N_RQ, Wednesday, 21 September 2005 11:52 (twenty years ago)

Is it not a case of whatever is perceived as sexy and attractive in society is what the majority of people think is the ideal figure?

If women see from the press that thin is in, they assume that thin is what men find attractive, whereas in practice it doesn't make a jot of a difference, every man has his own idea of what attracts him?

Vicky (Vicky), Wednesday, 21 September 2005 11:53 (twenty years ago)

I think they just hide the tellys and laptops when they see the sociologists coming.

I'm a Problem for Anthony Blair (noodle vague), Wednesday, 21 September 2005 11:53 (twenty years ago)

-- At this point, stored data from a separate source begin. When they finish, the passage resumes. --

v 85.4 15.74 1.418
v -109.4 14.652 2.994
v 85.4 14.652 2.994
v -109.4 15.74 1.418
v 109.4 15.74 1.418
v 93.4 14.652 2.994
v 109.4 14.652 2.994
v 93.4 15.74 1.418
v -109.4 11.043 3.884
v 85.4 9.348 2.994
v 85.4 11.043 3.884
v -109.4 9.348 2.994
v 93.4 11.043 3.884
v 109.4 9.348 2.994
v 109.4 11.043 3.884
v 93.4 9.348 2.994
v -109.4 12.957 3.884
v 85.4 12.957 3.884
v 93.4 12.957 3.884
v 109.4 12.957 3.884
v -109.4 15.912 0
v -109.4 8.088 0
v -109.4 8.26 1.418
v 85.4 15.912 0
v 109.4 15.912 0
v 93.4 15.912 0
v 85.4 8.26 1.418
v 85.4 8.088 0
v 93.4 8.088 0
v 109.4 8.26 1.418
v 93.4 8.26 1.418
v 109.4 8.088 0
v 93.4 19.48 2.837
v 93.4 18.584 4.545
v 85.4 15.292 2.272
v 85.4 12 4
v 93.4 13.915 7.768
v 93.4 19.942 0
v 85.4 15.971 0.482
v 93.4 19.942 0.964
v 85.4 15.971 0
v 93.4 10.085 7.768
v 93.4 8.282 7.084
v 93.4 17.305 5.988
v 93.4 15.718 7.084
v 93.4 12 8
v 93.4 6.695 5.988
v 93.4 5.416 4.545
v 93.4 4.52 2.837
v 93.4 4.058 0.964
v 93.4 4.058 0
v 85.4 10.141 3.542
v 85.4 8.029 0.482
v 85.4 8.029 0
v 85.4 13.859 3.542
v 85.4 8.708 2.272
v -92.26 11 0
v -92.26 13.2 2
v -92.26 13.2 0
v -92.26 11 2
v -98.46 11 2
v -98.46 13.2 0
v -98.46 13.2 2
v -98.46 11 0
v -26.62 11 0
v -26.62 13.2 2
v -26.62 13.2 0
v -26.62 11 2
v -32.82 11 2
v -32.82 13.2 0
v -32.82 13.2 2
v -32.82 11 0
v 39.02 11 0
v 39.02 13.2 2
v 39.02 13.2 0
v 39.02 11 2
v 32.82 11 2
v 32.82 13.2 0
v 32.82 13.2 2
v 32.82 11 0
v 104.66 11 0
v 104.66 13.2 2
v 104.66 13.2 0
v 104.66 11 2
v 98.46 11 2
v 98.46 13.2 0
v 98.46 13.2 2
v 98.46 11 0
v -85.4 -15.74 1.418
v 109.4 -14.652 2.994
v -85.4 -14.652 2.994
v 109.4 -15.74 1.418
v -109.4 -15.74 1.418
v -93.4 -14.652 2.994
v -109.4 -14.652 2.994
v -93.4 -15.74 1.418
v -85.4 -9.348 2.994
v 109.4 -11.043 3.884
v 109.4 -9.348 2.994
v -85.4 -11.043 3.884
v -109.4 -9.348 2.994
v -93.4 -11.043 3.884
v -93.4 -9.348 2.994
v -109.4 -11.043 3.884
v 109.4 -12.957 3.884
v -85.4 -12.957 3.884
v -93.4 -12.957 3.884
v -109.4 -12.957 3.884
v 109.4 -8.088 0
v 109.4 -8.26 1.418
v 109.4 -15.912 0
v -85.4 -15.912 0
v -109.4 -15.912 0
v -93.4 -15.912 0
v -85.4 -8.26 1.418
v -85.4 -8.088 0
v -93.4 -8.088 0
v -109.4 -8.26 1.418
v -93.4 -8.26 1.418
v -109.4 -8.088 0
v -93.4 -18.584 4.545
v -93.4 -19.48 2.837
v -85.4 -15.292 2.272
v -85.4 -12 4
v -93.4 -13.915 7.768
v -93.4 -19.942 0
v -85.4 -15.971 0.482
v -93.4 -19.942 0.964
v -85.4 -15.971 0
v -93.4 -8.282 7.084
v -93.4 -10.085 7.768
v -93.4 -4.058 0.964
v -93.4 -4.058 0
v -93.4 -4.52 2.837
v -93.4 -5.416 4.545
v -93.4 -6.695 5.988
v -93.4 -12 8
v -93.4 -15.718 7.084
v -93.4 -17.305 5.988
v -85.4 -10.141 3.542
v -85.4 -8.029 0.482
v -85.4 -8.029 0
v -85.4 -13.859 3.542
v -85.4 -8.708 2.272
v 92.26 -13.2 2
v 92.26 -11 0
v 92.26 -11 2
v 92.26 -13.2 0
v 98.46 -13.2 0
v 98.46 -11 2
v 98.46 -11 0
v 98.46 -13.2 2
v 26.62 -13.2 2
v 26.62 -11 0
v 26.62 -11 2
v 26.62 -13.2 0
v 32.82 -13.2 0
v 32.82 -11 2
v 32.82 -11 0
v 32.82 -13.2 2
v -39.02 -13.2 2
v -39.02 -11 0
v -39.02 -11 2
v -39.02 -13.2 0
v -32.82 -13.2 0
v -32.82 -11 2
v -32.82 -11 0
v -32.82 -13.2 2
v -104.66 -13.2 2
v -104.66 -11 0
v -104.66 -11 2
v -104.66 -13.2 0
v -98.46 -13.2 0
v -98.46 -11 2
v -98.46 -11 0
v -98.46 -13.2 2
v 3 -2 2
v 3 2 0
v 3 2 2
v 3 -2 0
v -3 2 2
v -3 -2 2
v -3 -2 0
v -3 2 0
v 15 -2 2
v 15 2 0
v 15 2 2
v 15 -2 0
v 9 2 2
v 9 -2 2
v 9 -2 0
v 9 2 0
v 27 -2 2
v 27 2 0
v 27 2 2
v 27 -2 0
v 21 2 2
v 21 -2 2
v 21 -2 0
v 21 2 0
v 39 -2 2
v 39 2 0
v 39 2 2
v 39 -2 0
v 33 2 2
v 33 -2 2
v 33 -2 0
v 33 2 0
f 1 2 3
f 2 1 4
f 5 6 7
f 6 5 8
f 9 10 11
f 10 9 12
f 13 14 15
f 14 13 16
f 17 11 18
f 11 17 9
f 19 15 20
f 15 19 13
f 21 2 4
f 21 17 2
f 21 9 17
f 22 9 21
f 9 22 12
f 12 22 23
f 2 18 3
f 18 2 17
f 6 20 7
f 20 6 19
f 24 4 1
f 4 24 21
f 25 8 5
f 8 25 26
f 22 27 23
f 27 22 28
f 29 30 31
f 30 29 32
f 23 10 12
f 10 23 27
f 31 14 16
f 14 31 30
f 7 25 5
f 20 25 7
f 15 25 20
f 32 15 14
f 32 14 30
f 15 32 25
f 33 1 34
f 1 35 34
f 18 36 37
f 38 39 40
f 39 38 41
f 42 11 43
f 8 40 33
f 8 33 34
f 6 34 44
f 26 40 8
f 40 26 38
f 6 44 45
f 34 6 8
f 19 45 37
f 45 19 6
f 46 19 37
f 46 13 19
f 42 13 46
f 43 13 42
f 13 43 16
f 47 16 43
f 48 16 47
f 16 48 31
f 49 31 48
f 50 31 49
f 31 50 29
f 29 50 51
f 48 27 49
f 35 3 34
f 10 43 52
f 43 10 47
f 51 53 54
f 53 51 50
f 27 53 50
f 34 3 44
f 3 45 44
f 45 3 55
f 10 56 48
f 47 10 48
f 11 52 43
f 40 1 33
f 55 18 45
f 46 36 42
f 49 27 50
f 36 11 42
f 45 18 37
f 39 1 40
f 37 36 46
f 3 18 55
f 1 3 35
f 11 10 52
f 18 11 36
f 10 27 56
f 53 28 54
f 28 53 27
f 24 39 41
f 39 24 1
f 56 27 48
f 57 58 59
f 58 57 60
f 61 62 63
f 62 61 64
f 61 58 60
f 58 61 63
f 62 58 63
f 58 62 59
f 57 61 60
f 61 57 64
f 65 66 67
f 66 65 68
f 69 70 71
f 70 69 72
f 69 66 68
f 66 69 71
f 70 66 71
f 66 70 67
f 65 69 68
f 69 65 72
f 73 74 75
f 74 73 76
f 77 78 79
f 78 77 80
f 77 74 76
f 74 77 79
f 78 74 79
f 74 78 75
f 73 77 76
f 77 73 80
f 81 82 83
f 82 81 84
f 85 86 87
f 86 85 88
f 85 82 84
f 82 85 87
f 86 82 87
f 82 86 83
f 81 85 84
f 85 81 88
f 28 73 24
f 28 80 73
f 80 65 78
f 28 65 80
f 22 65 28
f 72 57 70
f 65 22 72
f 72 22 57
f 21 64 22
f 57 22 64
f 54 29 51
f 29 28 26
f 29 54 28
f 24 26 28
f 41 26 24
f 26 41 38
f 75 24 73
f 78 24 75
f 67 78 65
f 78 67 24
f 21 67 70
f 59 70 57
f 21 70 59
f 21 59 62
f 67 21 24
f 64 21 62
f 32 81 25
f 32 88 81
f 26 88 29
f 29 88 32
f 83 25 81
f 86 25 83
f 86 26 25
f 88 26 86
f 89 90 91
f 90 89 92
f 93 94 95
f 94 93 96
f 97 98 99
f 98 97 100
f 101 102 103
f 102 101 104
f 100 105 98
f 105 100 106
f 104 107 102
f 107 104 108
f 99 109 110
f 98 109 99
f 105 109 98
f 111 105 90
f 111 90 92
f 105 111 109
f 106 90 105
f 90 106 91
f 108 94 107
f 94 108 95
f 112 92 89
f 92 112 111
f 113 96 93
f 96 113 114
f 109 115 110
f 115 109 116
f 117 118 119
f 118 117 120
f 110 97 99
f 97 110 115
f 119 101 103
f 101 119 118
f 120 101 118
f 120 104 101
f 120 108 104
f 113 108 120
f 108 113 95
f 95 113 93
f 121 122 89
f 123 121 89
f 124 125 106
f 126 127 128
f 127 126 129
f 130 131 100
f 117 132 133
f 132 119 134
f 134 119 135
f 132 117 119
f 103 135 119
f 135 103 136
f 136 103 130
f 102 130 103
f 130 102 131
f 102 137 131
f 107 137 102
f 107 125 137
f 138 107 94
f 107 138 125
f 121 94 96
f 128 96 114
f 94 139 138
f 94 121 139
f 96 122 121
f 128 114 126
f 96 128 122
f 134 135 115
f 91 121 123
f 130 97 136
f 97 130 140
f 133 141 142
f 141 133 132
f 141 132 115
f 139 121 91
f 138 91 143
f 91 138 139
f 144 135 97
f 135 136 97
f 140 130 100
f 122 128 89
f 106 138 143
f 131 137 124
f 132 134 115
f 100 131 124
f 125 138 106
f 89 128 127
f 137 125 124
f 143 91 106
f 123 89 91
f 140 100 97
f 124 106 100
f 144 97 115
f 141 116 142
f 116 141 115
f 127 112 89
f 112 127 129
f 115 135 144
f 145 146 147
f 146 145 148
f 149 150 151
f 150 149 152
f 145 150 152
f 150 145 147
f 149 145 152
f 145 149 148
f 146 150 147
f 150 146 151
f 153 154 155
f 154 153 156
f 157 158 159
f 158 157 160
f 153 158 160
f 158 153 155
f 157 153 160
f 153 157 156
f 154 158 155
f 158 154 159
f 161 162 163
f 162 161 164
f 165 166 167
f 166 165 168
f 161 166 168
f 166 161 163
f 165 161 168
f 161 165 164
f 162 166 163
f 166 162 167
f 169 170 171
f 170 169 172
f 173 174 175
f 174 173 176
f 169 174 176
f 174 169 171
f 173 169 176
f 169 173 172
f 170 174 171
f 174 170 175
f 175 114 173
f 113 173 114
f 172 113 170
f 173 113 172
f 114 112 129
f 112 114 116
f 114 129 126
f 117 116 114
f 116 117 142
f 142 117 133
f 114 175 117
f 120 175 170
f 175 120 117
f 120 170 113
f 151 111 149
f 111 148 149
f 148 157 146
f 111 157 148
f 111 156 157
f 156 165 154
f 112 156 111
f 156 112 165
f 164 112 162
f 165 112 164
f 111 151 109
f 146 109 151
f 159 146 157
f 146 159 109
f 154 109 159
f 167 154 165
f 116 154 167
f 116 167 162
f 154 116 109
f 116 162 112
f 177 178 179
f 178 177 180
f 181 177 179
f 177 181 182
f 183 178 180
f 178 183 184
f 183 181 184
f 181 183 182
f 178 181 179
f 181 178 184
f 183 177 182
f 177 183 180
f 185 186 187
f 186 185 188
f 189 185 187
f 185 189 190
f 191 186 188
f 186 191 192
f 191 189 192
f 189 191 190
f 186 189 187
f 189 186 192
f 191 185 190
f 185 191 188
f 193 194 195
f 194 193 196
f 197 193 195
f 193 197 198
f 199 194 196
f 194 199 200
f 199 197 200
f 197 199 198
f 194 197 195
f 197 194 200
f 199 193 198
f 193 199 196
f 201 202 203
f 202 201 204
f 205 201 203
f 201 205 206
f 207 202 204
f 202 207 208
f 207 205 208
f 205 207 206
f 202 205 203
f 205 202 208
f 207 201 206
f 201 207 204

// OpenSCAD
// file: carousel-config.scad
// ----------------------------------------------------------------------------
// Configuration of the carousel and its components.
//
// All the values beyod "---- derived" string in each of the sections should
// not be modified manually, as they are derived from the previously defined
// parameters in some way...
// ----------------------------------------------------------------------------

// Generic parameters to address consistency & interconnections of parts.
CYL_FN = 32; // BEWARE!!! set to +- 256 for STL export!
BLEED = 0.5; // overlap for union & difference operations
EASE = 0.2; // socket/pin ease for interconnecting of parts & holes

// Core defining shape of our carousel is N-faced cylinder.
// This affects most of the subsequent parameter definitions & usage.
CAROUSEL_FACE_COUNT = 6;
CAROUSEL_ESCRIBED_RADIUS = 120;
// ---- derived
CAROUSEL_INSCRIBED_RADIUS = CAROUSEL_ESCRIBED_RADIUS * cos(180/CAROUSEL_FACE_COUNT);

// Base of the carousel -> stand that holds the axle, walls, etc.
BASE_TOTAL_HEIGHT = 24;
BASE_FLOOR_THICKNESS = 4;
BASE_WALL_THICKNESS = 4;

// Face, or, a wall of the carousel "shell".
FACE_HEIGHT = 150;
FACE_THICKNESS = 5;
// ---- derived
FACE_WIDTH = CAROUSEL_ESCRIBED_RADIUS * 2 * sin(180/CAROUSEL_FACE_COUNT);
FACE_ANGLE = (1 - 2/CAROUSEL_FACE_COUNT)*180;
FACE_APOTHEM_LEN = FACE_WIDTH / (2 * tan(180/CAROUSEL_FACE_COUNT));
FACE_DOOR_HEIGHT = 0.66 * FACE_HEIGHT;
FACE_DOOR_WIDTH = 0.75 * FACE_WIDTH;

// Roof of the carousel.
ROOF_THICKNESS = 2;
ROOF_HEIGHT = 1.3 * FACE_HEIGHT;

// Ball bearing - real-life dimensions of ball bearing used to "power" the axle.
BEARING_OUTER_D = 22;
BEARING_INNER_D = 8;
BEARING_HEIGHT = 7;
BEARING_SHELL_THICKNESS = 2;

// Axle rotating inside carousel.
AXLE_RADIUS = 4;

// Rotating rig carrying the seats.
RIG_HEIGHT = 6;
RIG_STR = 6;

// Abstract "rings" carrying seats, and their distance off the carousel center
// as a fraction of radius.
RIG_RING_POSITIONS = [0.3, 0.6, 0.9];
RIG_MAX_R = 0.90 * CAROUSEL_INSCRIBED_RADIUS;
// main file
include <carousel-config.scad>;

_AXLE_COLOR = "SaddleBrown";

arm_height = 2 * AXLE_RADIUS;
axle_height = ROOF_HEIGHT + BASE_TOTAL_HEIGHT - EASE;

module carousel_axle_arms() {
    arm_length = 8 * AXLE_RADIUS;
    arm_width = AXLE_RADIUS;

    color(_AXLE_COLOR) {
        difference() {
            union() {
                cylinder(h = arm_height, r = 2 * AXLE_RADIUS);
                for (i = [0 : CAROUSEL_FACE_COUNT/2]){
                    rotate(2 * i * 360/CAROUSEL_FACE_COUNT, [0, 0, 1])
                    translate([0, -arm_width/2, 0])
                    cube([arm_length, arm_width, arm_height]);
                }    
            }
            translate([0, 0, -BLEED/2])
                cylinder(h = arm_height + BLEED, r = AXLE_RADIUS + EASE);
        }
    }
}

module carousel_axle() {
    color(_AXLE_COLOR) {
        cylinder(h = axle_height, r = AXLE_RADIUS);
        translate([0, 0, axle_height - 3 * arm_height])
            cylinder(h = 2 * AXLE_RADIUS, r1 = AXLE_RADIUS, r2 = 2 * AXLE_RADIUS);
    }    
}

// just for presentation, for 3D print the separate parts are better...
module carousel_axle_all_in_one() {
    carousel_axle();
    translate([0, 0, axle_height - 2 * arm_height])
    carousel_axle_arms();
}

PEG_SIZE = [0.5 * AXLE_RADIUS, 0.5 * AXLE_RADIUS, 1.5 * AXLE_RADIUS];

module carousel_axle_half() {
    peg_heights = [0.05, 0.35, 0.65, 0.95];

    translate([-axle_height/2, 0, 0])
    rotate([0, 90, 0])
    difference() {
        carousel_axle();
        translate([0, -5 * AXLE_RADIUS, -BLEED/2])
            cube([10 * AXLE_RADIUS, 10 * AXLE_RADIUS, axle_height + BLEED]);
        for (fz = peg_heights) {
            translate([-PEG_SIZE.x, -PEG_SIZE.y/2, fz * axle_height])
                cube([PEG_SIZE.x + EASE, PEG_SIZE.y + EASE, PEG_SIZE.z + EASE]);
        }
    }
}

module carousel_axle_peg() {
    //translate([0, 0, PEG_SIZE.x/2])
    x = PEG_SIZE.z;
    y = PEG_SIZE.y * 2;
    z = PEG_SIZE.x;

    color(_AXLE_COLOR)
    cube([x, y, z], center = true);
}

in the 'brainwashing' scenario, men are also deceived into finding thin sexy.

N_RQ, Wednesday, 21 September 2005 11:55 (twenty years ago)

I don't understand this continual compulsion to measure one's preferences against 'the average'.

(OK, I guess I do understand it, that is why I bought indie records. But in this particular area it seems weird.)

Tom (Groke), Wednesday, 21 September 2005 11:55 (twenty years ago)

AMONG NON-MEDIA-INUNDATED TRIBESMEN of varying tribes across the globe and also other males cross-culturally. I'm not saying it's the be all and end all, but the default mode for human behaviour in some pre-defined genetic way like baby birds prefer yellow sticks with red spots, etc.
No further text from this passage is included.